(INSTRUCTIONS FOR THE TASK):
Below are some records. Return exactly the lines from the one containing "f 211 240 239" through the one containing "f 343 347 349", both included, and only those.

>>>>>

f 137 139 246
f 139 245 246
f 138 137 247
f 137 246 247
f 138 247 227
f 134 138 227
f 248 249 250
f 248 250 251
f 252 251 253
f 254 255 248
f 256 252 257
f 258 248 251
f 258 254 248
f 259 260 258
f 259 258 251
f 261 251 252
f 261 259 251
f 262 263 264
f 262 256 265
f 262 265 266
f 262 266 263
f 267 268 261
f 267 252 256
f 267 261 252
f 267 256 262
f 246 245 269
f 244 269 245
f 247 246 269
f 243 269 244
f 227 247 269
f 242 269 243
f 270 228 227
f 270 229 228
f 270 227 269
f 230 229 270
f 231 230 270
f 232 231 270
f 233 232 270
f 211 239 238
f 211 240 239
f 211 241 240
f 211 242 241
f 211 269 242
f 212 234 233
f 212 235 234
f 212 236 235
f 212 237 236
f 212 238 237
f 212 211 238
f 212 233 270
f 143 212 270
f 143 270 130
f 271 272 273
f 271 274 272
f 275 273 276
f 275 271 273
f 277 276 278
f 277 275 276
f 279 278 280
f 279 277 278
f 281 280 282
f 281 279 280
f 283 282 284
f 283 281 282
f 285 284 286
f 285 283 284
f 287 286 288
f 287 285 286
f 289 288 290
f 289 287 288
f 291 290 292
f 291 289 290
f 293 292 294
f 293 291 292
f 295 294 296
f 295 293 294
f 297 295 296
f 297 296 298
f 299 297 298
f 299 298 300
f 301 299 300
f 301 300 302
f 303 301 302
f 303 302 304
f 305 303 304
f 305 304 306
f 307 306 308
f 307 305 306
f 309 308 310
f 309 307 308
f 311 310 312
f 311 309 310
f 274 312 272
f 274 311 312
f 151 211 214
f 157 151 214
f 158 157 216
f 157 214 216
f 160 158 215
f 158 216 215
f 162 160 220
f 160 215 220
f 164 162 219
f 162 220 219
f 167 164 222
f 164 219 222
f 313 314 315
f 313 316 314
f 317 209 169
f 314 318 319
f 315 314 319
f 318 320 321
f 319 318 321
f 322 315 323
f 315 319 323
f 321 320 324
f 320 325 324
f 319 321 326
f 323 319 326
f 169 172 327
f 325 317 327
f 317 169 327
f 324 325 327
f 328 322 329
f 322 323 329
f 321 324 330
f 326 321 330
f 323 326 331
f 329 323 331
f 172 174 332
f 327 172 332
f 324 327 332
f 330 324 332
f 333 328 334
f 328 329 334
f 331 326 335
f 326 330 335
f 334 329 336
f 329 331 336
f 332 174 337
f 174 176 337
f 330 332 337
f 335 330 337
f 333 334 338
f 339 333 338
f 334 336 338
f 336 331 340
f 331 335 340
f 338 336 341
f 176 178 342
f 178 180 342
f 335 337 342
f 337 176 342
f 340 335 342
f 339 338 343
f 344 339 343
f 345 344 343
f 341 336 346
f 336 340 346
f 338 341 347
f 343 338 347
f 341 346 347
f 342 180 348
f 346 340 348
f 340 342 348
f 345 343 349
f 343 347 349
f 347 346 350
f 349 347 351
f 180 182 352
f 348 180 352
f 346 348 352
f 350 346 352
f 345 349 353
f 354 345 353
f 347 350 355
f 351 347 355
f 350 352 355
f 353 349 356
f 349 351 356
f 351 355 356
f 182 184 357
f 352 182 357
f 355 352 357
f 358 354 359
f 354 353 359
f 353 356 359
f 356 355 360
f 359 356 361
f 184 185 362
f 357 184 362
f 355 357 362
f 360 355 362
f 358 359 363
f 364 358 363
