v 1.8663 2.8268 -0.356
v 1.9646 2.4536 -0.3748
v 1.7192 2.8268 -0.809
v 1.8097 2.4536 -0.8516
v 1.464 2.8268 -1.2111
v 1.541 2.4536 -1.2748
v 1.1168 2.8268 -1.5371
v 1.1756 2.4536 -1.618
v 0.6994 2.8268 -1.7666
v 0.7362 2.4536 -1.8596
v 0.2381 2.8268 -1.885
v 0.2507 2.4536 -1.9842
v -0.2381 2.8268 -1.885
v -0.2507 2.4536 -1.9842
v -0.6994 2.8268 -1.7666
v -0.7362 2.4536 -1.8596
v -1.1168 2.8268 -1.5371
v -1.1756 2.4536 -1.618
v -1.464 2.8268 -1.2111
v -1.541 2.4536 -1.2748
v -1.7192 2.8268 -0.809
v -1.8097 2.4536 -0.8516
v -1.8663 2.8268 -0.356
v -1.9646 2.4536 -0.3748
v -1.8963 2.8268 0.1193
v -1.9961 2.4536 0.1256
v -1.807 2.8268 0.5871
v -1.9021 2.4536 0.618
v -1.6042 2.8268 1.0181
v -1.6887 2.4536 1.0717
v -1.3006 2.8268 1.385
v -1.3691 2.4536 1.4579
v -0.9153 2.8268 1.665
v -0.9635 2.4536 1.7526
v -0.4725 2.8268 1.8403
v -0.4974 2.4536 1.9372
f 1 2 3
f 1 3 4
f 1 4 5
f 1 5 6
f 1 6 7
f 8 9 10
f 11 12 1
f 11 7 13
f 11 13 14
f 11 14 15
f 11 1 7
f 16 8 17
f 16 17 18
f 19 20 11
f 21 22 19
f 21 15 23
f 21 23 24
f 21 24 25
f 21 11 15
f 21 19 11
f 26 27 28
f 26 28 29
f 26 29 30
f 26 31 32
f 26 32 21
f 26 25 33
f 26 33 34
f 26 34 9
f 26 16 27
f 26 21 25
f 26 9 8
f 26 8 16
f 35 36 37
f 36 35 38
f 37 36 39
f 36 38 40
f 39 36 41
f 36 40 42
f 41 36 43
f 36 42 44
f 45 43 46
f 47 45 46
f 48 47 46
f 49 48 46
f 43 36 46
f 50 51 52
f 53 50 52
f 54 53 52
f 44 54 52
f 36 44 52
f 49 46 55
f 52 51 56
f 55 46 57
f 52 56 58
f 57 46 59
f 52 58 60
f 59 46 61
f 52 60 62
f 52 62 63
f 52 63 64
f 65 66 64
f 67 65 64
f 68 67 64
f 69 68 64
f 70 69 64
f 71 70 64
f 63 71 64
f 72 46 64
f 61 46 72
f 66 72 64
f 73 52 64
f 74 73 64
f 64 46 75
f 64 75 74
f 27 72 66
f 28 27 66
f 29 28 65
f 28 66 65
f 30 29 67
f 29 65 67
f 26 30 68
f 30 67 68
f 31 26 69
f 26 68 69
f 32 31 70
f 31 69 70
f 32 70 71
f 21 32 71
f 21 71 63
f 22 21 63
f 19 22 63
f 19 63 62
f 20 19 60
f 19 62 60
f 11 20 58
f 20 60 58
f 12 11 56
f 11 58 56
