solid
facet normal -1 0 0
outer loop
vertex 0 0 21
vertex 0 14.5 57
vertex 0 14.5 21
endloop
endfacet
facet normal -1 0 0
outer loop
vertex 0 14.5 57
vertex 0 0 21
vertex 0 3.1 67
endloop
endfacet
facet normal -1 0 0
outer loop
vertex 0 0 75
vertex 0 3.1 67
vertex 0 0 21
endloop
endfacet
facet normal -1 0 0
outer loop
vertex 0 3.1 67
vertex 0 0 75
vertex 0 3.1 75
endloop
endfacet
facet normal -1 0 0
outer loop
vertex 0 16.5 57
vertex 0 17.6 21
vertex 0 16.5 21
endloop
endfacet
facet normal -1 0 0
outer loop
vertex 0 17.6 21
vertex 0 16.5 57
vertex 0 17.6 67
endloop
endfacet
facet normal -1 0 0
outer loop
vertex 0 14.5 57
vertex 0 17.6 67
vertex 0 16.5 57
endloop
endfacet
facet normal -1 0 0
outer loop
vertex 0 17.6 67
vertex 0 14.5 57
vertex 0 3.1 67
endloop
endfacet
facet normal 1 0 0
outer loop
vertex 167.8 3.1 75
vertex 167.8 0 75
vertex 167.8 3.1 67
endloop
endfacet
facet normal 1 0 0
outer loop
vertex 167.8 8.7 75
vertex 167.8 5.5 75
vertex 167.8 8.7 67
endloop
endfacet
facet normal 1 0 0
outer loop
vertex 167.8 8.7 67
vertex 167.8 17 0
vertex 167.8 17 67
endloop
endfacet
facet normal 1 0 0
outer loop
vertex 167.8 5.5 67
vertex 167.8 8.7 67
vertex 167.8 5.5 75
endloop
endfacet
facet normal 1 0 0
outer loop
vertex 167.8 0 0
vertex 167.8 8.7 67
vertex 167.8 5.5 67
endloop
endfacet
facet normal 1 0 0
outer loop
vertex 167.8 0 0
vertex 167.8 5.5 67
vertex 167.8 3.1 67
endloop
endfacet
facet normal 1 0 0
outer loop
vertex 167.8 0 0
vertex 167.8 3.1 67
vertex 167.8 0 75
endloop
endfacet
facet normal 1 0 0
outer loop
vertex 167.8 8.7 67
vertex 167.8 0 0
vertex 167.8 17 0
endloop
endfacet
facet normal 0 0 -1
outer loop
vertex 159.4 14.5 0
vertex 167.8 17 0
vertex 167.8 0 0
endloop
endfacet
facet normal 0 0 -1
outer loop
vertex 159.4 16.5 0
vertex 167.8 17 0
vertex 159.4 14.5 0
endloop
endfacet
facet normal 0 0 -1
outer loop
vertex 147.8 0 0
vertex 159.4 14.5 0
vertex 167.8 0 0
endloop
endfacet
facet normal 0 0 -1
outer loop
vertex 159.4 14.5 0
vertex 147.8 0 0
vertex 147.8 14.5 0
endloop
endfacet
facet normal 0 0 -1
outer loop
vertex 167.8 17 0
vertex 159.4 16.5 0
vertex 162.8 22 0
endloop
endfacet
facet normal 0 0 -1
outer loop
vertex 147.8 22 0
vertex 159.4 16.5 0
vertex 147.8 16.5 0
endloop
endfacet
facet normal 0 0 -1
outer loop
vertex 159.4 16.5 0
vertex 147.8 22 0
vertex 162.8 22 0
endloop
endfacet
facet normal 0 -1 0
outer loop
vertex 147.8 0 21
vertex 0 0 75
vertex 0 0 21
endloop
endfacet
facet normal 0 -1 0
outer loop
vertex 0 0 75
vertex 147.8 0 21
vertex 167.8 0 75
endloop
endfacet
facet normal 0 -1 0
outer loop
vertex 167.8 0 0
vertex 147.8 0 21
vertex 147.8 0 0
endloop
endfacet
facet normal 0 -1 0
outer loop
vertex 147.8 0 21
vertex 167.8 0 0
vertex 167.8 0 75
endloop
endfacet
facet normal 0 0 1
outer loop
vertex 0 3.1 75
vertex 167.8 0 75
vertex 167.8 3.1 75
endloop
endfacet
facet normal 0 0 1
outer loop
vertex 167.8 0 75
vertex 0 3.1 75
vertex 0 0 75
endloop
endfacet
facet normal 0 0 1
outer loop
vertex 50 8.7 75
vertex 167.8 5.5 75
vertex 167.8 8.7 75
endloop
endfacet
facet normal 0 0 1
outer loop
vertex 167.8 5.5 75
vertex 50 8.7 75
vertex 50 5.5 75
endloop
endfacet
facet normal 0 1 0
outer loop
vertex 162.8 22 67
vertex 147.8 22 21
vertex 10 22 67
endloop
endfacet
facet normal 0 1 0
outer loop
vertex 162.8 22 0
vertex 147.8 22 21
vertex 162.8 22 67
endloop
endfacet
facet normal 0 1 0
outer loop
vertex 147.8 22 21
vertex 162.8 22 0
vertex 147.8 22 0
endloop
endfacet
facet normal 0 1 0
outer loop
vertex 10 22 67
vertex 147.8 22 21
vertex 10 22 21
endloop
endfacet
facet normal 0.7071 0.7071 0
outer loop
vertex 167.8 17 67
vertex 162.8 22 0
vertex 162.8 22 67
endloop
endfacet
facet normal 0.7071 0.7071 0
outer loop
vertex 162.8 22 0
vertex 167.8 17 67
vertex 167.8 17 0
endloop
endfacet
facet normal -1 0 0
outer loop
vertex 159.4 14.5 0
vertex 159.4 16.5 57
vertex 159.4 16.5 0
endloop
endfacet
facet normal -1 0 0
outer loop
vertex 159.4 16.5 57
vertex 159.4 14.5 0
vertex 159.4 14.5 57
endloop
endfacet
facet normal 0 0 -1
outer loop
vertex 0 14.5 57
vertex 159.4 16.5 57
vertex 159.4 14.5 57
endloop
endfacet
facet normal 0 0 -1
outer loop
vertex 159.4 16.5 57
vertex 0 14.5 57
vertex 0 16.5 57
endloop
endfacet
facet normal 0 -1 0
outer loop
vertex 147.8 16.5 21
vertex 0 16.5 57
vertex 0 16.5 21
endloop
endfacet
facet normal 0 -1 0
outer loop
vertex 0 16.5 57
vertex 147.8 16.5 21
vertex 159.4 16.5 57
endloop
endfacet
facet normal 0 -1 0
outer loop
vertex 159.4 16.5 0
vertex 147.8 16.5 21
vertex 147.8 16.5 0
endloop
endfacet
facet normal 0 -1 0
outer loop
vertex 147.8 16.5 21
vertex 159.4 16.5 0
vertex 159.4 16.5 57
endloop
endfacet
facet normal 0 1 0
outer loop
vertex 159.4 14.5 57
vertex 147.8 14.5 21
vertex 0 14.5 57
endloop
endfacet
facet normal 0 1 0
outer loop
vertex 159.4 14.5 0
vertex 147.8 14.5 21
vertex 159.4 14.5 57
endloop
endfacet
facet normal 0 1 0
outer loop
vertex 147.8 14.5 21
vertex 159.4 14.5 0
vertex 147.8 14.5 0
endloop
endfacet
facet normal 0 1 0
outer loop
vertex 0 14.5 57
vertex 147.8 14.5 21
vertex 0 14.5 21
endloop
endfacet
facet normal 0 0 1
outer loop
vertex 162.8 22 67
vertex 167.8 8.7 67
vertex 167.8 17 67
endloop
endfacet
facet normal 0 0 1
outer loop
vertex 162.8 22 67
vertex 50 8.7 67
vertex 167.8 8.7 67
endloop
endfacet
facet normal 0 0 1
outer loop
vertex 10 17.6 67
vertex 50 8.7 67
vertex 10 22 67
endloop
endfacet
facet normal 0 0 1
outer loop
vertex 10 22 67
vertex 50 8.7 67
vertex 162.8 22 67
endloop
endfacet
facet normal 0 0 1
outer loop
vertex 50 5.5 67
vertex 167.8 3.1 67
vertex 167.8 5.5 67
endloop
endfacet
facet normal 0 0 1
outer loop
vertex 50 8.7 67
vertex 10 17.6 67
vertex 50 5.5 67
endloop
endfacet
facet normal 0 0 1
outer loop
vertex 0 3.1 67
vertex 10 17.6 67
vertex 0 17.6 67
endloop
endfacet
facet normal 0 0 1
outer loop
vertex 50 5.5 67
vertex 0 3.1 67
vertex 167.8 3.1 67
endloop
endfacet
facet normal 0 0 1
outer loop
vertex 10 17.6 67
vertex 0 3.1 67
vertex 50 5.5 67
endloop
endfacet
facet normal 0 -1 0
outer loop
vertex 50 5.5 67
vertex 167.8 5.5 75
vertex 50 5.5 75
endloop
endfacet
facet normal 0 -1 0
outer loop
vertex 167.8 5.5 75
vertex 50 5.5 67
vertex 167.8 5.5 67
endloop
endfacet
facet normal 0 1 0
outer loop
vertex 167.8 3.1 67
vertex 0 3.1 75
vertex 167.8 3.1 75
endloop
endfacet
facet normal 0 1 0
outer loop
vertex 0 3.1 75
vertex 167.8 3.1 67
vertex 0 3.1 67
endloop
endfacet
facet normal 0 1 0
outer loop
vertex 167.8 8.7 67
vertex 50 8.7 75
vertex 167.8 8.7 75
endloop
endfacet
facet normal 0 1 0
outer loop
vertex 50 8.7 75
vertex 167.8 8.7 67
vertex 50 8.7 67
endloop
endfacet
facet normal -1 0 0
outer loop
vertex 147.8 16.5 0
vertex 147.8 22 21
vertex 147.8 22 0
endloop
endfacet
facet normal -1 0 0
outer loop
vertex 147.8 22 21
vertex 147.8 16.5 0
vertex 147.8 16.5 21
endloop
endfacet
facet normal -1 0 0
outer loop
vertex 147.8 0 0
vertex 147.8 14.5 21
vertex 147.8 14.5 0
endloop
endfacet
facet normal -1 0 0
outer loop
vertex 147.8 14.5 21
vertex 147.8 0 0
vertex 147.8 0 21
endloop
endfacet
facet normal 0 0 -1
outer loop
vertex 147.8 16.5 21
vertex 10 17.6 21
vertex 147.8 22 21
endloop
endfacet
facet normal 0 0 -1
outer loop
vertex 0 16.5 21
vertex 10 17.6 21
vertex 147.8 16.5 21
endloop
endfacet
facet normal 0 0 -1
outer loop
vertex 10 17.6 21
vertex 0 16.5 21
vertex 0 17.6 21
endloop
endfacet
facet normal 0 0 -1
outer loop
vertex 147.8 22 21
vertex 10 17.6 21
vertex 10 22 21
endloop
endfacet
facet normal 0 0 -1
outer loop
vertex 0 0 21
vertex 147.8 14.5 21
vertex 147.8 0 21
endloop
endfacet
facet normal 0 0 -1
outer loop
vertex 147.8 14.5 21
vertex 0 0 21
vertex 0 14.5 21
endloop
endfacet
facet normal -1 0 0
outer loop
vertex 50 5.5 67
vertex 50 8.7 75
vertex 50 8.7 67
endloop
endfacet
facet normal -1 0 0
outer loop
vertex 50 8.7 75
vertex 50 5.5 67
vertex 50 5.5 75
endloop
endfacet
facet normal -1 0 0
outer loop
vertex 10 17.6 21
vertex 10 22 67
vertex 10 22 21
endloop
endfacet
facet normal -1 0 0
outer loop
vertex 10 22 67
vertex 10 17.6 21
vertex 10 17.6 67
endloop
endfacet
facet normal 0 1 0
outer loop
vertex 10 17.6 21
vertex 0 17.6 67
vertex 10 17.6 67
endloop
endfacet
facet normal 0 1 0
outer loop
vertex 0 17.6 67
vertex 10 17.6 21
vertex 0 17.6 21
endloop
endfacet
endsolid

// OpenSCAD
thick = 1.6;
flap = 8;
spacing = 0.2;
W = 140;
H = 250;

pillarH = 290;
pillarRW = 20;
pillarRD = 22;
pillarLW = flap + thick * 4 + spacing;
pillarLD = 39;
pillarLDoff = 3.5;

railDrear = 16.5;
railD = 2.4;
railH = 10;

guideW = 5;
guideH = 130;

//panelBottom();
//panelMid();
//panelTop();
// pillarL(290, 0);
// pillarL(290, 1);
//pillarL(290, 2);
//pillarR(290, 1);
//pillarR(290, 0); // x2
top();

module panelBottom() {
    translate([0, 0, -24])
        cube([W + flap * 2, thick, 24]);
    difference() {
        panelBase(160 + thick);
        rotate([0, 90, 0])
            linear_extrude(W + flap * 2)
                polygon([[-160, 0], [-160 - thick, thick], [-160 - thick, 0]]);
        translate([W / 2, thick, 0])
            cube([W, 100, railH]);
        translate([flap + (W - 110) / 2, 0, railH + thick * 2 + 10])
            cube([110, thick, 110]);
    }
    translate([flap + thick * 4, thick, railH])
        cube([W - thick * 8, thick * 2, thick * 2]);
}

module panelMid() {
    difference() {
        panelBase(290 + thick);
        rotate([0, 90, 0]) {
            linear_extrude(W + flap * 2) {
                polygon([[0, 0], [-thick, thick], [-thick, flap + thick], [0, flap + thick]]);
                polygon([[-290, 0], [-290 - thick, thick], [-290 - thick, 0]]);
            }
        }
    }
}

module panelTop() {
   difference() {
        panelBase(160 + thick);
        rotate([0, 90, 0])
            linear_extrude(W + flap * 2)
                polygon([[0, 0], [-thick, thick], [-thick, flap + thick], [0, flap + thick]]);
        translate([0, thick, 110])
            cube([300, 100, 100]);
    }
}

module panelBase(h) {
    linear_extrude(h)
        polygon([[0, 0], [W + flap * 2, 0], [W + flap * 2, thick + flap], [W + flap, thick], [flap, thick], [0, thick + flap]]);
}

module pillarR(h, bottom) {
    difference() {
        pillarBase(pillarRW, pillarRD, h, thick * 2, pillarRD - 5.5);
        translate([0, pillarRD * .75, h - 5])
            cube([pillarRW, pillarRD * .25, 5]);
        if (bottom) {
            translate([0, pillarRD - railDrear - railD, 0])
                cube([pillarRW, railD, railH]);
        } else {
            cube([pillarRW, pillarRD * .75 + spacing, 5]);
        }
    }
    if (bottom) {
        translate([0, 0, railH])
            linear_extrude(guideH)
                polygon([[-guideW, 0], [0, 0], [0, guideW]]);
    }
}

module pillarL(h, zi) {
    difference() {
        translate([pillarLW, 0, 0])
            mirror([-1, 0, 0])
                pillarBase(pillarLW, pillarLD, h, thick, pillarLD - 5.5 + pillarLDoff);
        translate([thick * 2, 0, 0])
            cube([pillarLW, pillarLD - pillarRD + pillarLDoff, h]);
        if (zi == 2)
            translate([0, 0, 220])
                cube([thick * 2, 10, 80]);

    }
    if (zi == 0)
        linear_extrude(guideH)
            polygon([[pillarLW, pillarLD - pillarRD + pillarLDoff], [pillarLW + guideW, pillarLD - pillarRD + pillarLDoff], [pillarLW, pillarLD - pillarRD + pillarLDoff + guideW]]);
}

module pillarBase(w, d, h, c, doff) {
    linear_extrude(h)
        polygon([[0, 0], [w, 0], [w, d - c], [w - c, d], [c, d], [0, d - c],
                [0, doff], [thick * 2 + flap + spacing * 2, doff],
                [thick * 2 + flap + spacing * 2, doff - thick - flap - spacing * 2],
                [thick * 2 + flap, doff - thick - flap - spacing * 2],
                [thick * 2, doff - thick - spacing * 2],
                [0, doff - thick - spacing * 2]]);
}

module top() {
    w = pillarRW + W + pillarLW - 2 * (thick * 2 + spacing);
    h = 67;
    difference() {
        linear_extrude(h + 8)
            polygon([[0, 0], [w, 0], [w, pillarRD - 5], [w - 5, pillarRD], [0, pillarRD]]);
        translate([0, pillarRD - 5.5 - thick - spacing * 2, 0])
            cube([w - pillarRW + thick * 2 + flap + spacing * 2, thick + spacing * 2, h - 10]);
        translate([0, pillarRD - railDrear - railD, h])
            cube([w, railD, 100]);
        translate([0, pillarRD - railDrear + thick * 2, h])
            cube([w, 100, 100]);
        cube([w - pillarRW, pillarRD, 21]);
        translate([0, pillarRD - railDrear - railD, h])
            cube([50, pillarRD, 100]);
        translate([0, pillarRD - thick * 3 + spacing * 2, 0])
            cube([10, 100, h]);
    }
}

<<<<<

(ANSWER SECTION):
f 211 240 239
f 211 241 240
f 211 242 241
f 211 269 242
f 212 234 233
f 212 235 234
f 212 236 235
f 212 237 236
f 212 238 237
f 212 211 238
f 212 233 270
f 143 212 270
f 143 270 130
f 271 272 273
f 271 274 272
f 275 273 276
f 275 271 273
f 277 276 278
f 277 275 276
f 279 278 280
f 279 277 278
f 281 280 282
f 281 279 280
f 283 282 284
f 283 281 282
f 285 284 286
f 285 283 284
f 287 286 288
f 287 285 286
f 289 288 290
f 289 287 288
f 291 290 292
f 291 289 290
f 293 292 294
f 293 291 292
f 295 294 296
f 295 293 294
f 297 295 296
f 297 296 298
f 299 297 298
f 299 298 300
f 301 299 300
f 301 300 302
f 303 301 302
f 303 302 304
f 305 303 304
f 305 304 306
f 307 306 308
f 307 305 306
f 309 308 310
f 309 307 308
f 311 310 312
f 311 309 310
f 274 312 272
f 274 311 312
f 151 211 214
f 157 151 214
f 158 157 216
f 157 214 216
f 160 158 215
f 158 216 215
f 162 160 220
f 160 215 220
f 164 162 219
f 162 220 219
f 167 164 222
f 164 219 222
f 313 314 315
f 313 316 314
f 317 209 169
f 314 318 319
f 315 314 319
f 318 320 321
f 319 318 321
f 322 315 323
f 315 319 323
f 321 320 324
f 320 325 324
f 319 321 326
f 323 319 326
f 169 172 327
f 325 317 327
f 317 169 327
f 324 325 327
f 328 322 329
f 322 323 329
f 321 324 330
f 326 321 330
f 323 326 331
f 329 323 331
f 172 174 332
f 327 172 332
f 324 327 332
f 330 324 332
f 333 328 334
f 328 329 334
f 331 326 335
f 326 330 335
f 334 329 336
f 329 331 336
f 332 174 337
f 174 176 337
f 330 332 337
f 335 330 337
f 333 334 338
f 339 333 338
f 334 336 338
f 336 331 340
f 331 335 340
f 338 336 341
f 176 178 342
f 178 180 342
f 335 337 342
f 337 176 342
f 340 335 342
f 339 338 343
f 344 339 343
f 345 344 343
f 341 336 346
f 336 340 346
f 338 341 347
f 343 338 347
f 341 346 347
f 342 180 348
f 346 340 348
f 340 342 348
f 345 343 349
f 343 347 349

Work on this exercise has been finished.